- [SOURCE DATA]
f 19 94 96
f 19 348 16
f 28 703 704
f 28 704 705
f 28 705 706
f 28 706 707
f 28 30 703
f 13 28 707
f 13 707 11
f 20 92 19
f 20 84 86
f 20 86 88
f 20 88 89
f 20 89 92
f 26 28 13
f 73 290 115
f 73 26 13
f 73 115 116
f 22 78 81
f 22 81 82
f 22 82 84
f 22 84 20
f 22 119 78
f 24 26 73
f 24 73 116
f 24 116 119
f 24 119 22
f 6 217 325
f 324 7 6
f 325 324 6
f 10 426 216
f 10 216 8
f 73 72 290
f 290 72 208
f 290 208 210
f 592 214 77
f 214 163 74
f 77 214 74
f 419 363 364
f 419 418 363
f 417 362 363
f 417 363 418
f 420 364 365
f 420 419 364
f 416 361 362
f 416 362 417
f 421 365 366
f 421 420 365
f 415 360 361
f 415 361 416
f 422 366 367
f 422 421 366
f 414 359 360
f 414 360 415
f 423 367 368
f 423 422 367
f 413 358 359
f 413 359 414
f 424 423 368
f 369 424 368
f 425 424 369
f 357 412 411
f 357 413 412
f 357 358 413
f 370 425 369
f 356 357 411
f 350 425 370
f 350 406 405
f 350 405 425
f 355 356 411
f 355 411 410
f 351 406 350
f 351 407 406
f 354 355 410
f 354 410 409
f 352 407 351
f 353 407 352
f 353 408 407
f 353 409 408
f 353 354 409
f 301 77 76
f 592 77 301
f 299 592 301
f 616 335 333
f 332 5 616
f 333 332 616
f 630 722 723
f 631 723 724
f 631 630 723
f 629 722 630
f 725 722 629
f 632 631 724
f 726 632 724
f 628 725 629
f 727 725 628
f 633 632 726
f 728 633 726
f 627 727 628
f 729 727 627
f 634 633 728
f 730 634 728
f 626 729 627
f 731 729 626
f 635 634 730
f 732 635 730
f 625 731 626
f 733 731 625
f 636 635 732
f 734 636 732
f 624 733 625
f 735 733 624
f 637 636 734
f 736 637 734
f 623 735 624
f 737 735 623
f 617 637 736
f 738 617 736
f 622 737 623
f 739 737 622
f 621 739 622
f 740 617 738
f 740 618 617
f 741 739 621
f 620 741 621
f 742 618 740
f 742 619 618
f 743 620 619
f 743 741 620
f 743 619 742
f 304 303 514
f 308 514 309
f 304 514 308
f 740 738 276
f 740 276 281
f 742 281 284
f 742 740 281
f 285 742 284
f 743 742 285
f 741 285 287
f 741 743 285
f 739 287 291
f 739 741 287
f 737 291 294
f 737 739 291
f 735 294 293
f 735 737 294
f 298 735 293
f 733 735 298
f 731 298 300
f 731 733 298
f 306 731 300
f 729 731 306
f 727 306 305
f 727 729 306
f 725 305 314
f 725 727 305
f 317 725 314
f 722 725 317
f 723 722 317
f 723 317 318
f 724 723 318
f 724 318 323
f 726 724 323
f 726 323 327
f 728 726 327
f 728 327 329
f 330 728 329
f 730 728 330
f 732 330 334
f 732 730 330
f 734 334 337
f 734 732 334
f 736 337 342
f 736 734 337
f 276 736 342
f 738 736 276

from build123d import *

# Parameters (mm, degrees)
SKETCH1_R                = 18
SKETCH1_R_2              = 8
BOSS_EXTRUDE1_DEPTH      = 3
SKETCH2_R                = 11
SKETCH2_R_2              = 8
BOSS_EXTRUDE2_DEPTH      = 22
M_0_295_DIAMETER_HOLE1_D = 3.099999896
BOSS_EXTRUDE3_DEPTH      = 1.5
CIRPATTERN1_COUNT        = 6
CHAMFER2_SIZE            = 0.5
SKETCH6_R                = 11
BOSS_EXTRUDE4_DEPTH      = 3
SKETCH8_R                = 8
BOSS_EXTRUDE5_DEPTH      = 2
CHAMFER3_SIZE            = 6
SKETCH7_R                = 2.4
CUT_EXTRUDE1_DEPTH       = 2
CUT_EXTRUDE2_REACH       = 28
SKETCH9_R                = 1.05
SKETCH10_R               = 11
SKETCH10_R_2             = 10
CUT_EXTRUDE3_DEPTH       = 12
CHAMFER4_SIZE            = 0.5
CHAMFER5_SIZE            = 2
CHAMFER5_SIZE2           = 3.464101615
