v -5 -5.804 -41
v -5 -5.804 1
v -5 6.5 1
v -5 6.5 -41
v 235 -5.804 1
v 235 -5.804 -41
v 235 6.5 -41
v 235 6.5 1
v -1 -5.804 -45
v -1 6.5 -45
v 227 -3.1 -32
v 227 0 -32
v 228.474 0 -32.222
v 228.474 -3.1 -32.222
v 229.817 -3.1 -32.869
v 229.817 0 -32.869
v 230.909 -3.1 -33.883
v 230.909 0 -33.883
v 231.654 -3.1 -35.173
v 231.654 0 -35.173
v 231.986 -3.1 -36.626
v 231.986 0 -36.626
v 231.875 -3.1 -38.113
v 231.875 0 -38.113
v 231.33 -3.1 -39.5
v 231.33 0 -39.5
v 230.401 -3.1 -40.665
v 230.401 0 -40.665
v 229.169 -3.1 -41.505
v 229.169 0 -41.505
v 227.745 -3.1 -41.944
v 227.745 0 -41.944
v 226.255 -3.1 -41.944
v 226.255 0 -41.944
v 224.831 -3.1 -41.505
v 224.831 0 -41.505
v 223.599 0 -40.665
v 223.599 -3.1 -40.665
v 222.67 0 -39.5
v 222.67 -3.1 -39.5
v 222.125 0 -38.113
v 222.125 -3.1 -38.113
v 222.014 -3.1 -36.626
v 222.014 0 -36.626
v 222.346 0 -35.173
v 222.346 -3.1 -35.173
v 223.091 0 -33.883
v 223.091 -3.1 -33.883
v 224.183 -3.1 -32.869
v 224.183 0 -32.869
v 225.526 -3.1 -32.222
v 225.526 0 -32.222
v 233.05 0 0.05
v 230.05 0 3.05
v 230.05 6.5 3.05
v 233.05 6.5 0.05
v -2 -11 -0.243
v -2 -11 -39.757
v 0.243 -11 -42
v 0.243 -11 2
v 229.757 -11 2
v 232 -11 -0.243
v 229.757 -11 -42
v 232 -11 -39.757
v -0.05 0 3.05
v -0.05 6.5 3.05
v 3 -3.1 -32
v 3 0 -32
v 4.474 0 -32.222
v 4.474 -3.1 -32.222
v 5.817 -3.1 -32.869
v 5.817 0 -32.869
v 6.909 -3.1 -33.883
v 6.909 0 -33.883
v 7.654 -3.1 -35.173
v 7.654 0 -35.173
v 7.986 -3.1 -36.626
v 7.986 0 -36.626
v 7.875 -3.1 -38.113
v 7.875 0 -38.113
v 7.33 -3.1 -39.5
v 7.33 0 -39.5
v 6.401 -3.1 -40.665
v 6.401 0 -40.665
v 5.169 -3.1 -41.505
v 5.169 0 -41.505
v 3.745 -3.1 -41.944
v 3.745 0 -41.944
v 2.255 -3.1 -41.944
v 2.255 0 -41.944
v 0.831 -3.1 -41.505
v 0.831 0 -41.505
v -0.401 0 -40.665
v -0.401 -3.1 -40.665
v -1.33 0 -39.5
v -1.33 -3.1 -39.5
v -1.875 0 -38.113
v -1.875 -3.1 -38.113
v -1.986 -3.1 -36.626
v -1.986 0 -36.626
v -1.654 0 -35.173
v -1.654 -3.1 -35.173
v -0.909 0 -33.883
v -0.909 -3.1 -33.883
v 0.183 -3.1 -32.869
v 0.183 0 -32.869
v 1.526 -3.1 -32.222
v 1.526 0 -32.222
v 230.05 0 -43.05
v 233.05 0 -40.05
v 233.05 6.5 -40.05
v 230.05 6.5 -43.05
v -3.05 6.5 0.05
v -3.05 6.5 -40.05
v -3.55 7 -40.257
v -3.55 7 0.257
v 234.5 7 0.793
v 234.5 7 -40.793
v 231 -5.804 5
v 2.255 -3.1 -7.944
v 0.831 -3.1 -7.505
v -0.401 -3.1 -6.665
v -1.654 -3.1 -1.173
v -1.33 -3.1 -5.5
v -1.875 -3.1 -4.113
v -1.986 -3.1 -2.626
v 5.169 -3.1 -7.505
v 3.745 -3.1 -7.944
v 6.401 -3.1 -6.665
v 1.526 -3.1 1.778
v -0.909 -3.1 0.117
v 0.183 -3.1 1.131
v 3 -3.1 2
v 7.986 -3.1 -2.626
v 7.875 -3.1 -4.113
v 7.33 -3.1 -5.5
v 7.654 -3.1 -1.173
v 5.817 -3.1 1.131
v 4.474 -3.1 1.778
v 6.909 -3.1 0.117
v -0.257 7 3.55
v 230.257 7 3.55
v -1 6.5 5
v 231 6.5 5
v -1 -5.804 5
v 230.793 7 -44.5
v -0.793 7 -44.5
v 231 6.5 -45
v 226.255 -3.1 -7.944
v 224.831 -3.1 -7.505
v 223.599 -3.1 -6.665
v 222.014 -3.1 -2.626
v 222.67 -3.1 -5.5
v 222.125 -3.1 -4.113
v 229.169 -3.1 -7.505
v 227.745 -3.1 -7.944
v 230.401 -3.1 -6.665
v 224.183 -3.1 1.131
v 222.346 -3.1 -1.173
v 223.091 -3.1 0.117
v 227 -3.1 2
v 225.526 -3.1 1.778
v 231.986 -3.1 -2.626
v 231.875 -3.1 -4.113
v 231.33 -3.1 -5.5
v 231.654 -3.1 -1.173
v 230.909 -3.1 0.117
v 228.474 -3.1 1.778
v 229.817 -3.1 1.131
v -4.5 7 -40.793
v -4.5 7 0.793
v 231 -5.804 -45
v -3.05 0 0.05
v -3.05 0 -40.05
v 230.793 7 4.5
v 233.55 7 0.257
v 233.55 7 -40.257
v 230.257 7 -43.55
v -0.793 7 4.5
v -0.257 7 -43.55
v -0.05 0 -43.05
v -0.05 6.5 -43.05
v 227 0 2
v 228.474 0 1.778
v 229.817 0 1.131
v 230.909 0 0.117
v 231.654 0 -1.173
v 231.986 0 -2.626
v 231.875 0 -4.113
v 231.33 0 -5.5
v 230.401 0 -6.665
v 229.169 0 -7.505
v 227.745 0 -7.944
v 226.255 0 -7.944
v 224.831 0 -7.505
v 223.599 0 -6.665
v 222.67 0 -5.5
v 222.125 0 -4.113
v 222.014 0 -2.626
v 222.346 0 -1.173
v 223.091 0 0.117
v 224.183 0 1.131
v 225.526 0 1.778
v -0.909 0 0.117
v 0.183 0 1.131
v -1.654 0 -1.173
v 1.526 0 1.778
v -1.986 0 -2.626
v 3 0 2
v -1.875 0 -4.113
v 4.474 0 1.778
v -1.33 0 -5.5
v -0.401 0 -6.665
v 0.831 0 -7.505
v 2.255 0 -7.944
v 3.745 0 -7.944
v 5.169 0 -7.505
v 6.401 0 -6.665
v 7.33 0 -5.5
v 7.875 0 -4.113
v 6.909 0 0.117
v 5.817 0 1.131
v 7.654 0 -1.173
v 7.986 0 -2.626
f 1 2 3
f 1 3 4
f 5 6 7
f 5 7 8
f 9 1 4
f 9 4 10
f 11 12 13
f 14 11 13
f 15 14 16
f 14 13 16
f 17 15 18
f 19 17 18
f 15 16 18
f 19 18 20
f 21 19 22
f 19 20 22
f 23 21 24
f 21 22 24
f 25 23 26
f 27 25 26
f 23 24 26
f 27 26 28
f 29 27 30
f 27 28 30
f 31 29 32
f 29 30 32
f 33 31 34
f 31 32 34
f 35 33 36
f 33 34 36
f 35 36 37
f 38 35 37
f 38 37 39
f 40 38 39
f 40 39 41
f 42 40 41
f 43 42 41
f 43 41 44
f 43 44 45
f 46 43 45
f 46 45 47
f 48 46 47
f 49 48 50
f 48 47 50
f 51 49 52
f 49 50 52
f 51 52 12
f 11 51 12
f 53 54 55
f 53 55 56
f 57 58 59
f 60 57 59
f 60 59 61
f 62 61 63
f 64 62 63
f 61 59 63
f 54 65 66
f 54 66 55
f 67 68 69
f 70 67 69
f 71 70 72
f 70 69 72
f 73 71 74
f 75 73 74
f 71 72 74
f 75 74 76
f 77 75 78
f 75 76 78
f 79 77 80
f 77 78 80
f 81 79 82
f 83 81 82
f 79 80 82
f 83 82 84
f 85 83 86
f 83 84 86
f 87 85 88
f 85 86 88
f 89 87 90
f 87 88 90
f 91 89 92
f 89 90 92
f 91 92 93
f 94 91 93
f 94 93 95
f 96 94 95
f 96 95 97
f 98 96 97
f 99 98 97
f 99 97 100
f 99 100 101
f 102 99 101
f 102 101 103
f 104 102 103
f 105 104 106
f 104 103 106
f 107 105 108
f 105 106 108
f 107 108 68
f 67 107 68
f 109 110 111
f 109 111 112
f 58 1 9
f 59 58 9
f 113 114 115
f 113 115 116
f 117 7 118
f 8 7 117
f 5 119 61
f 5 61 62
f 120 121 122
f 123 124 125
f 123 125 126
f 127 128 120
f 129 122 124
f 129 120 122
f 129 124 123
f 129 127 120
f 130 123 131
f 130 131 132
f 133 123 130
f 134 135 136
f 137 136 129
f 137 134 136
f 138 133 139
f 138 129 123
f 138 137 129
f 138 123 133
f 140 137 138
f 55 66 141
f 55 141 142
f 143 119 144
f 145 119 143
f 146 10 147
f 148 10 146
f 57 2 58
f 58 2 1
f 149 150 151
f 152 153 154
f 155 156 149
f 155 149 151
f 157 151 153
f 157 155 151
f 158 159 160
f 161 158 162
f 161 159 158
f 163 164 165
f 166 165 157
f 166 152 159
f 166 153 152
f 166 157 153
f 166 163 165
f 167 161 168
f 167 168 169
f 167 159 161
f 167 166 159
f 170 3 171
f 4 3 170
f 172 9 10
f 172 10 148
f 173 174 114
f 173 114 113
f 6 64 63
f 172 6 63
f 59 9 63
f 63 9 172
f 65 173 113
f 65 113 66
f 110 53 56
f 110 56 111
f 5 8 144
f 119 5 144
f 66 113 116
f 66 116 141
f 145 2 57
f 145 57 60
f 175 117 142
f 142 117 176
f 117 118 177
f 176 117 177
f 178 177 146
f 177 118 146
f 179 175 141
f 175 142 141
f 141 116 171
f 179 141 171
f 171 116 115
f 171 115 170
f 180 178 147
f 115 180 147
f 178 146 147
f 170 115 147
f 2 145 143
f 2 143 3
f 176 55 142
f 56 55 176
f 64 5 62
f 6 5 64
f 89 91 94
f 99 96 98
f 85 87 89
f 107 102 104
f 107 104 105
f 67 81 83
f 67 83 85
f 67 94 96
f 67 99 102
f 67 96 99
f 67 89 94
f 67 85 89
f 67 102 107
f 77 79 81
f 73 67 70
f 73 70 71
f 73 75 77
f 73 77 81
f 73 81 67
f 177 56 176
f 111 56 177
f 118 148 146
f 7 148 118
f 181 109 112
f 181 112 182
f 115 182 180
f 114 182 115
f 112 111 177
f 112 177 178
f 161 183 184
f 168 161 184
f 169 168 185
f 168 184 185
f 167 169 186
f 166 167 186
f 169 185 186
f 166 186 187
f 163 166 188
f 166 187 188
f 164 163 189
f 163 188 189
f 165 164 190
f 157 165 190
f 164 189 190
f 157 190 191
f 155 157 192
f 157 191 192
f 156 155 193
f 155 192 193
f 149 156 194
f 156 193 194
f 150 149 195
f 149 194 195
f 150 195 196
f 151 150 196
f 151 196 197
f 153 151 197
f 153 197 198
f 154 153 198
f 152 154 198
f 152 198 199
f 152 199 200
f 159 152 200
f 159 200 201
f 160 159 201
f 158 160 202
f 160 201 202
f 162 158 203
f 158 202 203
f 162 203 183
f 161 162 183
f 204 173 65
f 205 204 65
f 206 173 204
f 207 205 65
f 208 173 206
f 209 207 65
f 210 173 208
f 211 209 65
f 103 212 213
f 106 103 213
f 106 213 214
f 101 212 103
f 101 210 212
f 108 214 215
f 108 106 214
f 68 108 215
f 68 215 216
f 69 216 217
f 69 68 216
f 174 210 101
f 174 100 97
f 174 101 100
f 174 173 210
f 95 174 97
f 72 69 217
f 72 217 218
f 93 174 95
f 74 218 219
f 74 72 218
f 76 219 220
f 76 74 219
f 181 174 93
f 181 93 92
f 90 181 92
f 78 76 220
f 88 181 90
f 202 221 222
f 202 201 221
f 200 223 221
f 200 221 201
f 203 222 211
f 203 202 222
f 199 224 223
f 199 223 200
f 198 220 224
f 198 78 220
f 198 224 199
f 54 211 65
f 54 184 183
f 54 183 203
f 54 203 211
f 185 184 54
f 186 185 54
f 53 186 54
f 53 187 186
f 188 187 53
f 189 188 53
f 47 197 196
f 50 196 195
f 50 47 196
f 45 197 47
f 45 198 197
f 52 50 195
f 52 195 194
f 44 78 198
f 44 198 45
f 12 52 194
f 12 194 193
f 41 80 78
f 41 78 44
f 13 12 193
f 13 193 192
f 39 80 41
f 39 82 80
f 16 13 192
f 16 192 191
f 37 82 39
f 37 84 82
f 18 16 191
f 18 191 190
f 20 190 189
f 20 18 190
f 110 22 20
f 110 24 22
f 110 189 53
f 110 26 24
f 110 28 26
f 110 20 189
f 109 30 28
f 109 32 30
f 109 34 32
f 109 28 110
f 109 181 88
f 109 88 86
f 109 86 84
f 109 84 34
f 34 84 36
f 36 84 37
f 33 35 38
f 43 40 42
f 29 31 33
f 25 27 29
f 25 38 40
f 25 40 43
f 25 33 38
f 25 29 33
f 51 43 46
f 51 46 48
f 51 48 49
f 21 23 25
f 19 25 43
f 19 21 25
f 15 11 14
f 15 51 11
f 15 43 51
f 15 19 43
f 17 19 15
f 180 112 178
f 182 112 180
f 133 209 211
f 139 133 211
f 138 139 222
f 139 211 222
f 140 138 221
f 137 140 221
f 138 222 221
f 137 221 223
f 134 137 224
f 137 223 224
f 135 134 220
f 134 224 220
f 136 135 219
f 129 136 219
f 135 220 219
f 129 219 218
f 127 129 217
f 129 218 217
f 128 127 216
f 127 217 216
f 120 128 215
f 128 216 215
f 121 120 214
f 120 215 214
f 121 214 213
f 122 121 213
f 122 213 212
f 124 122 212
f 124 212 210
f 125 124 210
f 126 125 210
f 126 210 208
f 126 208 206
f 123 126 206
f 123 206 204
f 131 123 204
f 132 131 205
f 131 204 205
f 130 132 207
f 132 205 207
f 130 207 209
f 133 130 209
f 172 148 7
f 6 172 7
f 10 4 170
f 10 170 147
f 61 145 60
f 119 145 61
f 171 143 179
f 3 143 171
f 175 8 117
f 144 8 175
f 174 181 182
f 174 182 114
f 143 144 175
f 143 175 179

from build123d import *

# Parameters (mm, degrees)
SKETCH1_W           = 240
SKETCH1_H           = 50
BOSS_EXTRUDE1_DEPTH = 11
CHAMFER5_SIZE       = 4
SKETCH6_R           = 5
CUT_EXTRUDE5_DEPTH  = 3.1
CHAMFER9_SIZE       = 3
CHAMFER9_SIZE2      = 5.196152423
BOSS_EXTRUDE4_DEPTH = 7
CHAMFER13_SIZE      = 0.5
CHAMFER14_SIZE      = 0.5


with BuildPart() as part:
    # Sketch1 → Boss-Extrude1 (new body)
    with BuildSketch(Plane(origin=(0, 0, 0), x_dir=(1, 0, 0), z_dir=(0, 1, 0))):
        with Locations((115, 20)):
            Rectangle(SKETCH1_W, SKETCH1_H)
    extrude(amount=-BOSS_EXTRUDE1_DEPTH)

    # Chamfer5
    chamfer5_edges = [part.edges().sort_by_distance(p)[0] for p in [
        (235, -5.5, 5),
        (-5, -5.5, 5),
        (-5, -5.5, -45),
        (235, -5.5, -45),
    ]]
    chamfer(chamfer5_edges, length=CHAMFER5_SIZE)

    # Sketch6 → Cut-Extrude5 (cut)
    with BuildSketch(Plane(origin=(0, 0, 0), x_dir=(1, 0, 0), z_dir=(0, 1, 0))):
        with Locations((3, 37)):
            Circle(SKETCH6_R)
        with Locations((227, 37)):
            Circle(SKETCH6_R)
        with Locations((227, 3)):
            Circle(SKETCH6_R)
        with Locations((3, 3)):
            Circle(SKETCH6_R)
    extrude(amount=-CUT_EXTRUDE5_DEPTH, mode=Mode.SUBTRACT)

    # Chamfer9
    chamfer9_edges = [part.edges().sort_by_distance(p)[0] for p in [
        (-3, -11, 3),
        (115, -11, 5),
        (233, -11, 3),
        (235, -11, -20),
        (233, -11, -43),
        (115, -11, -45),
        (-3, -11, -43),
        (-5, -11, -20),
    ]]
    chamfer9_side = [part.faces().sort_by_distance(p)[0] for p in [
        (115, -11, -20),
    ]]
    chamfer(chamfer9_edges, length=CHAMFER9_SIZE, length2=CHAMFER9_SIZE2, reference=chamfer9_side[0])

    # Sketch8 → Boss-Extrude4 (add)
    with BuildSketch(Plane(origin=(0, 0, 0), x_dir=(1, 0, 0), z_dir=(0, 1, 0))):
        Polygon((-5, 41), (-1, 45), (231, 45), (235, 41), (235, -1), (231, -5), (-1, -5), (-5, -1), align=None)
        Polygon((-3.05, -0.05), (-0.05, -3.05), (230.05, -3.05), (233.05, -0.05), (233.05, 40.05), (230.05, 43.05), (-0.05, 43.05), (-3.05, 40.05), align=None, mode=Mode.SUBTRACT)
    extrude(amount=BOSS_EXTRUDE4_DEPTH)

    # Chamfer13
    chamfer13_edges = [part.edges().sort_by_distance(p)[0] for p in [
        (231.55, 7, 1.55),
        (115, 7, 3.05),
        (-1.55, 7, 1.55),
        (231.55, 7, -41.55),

- [EXERCISE INSTRUCTIONS] Look through the entries above and quote exactly the lines from the line with "f 28 706 707" to the line with "f 351 406 350", counting both of those lines.

- [WORKED SOLUTION]
f 28 706 707
f 28 30 703
f 13 28 707
f 13 707 11
f 20 92 19
f 20 84 86
f 20 86 88
f 20 88 89
f 20 89 92
f 26 28 13
f 73 290 115
f 73 26 13
f 73 115 116
f 22 78 81
f 22 81 82
f 22 82 84
f 22 84 20
f 22 119 78
f 24 26 73
f 24 73 116
f 24 116 119
f 24 119 22
f 6 217 325
f 324 7 6
f 325 324 6
f 10 426 216
f 10 216 8
f 73 72 290
f 290 72 208
f 290 208 210
f 592 214 77
f 214 163 74
f 77 214 74
f 419 363 364
f 419 418 363
f 417 362 363
f 417 363 418
f 420 364 365
f 420 419 364
f 416 361 362
f 416 362 417
f 421 365 366
f 421 420 365
f 415 360 361
f 415 361 416
f 422 366 367
f 422 421 366
f 414 359 360
f 414 360 415
f 423 367 368
f 423 422 367
f 413 358 359
f 413 359 414
f 424 423 368
f 369 424 368
f 425 424 369
f 357 412 411
f 357 413 412
f 357 358 413
f 370 425 369
f 356 357 411
f 350 425 370
f 350 406 405
f 350 405 425
f 355 356 411
f 355 411 410
f 351 406 350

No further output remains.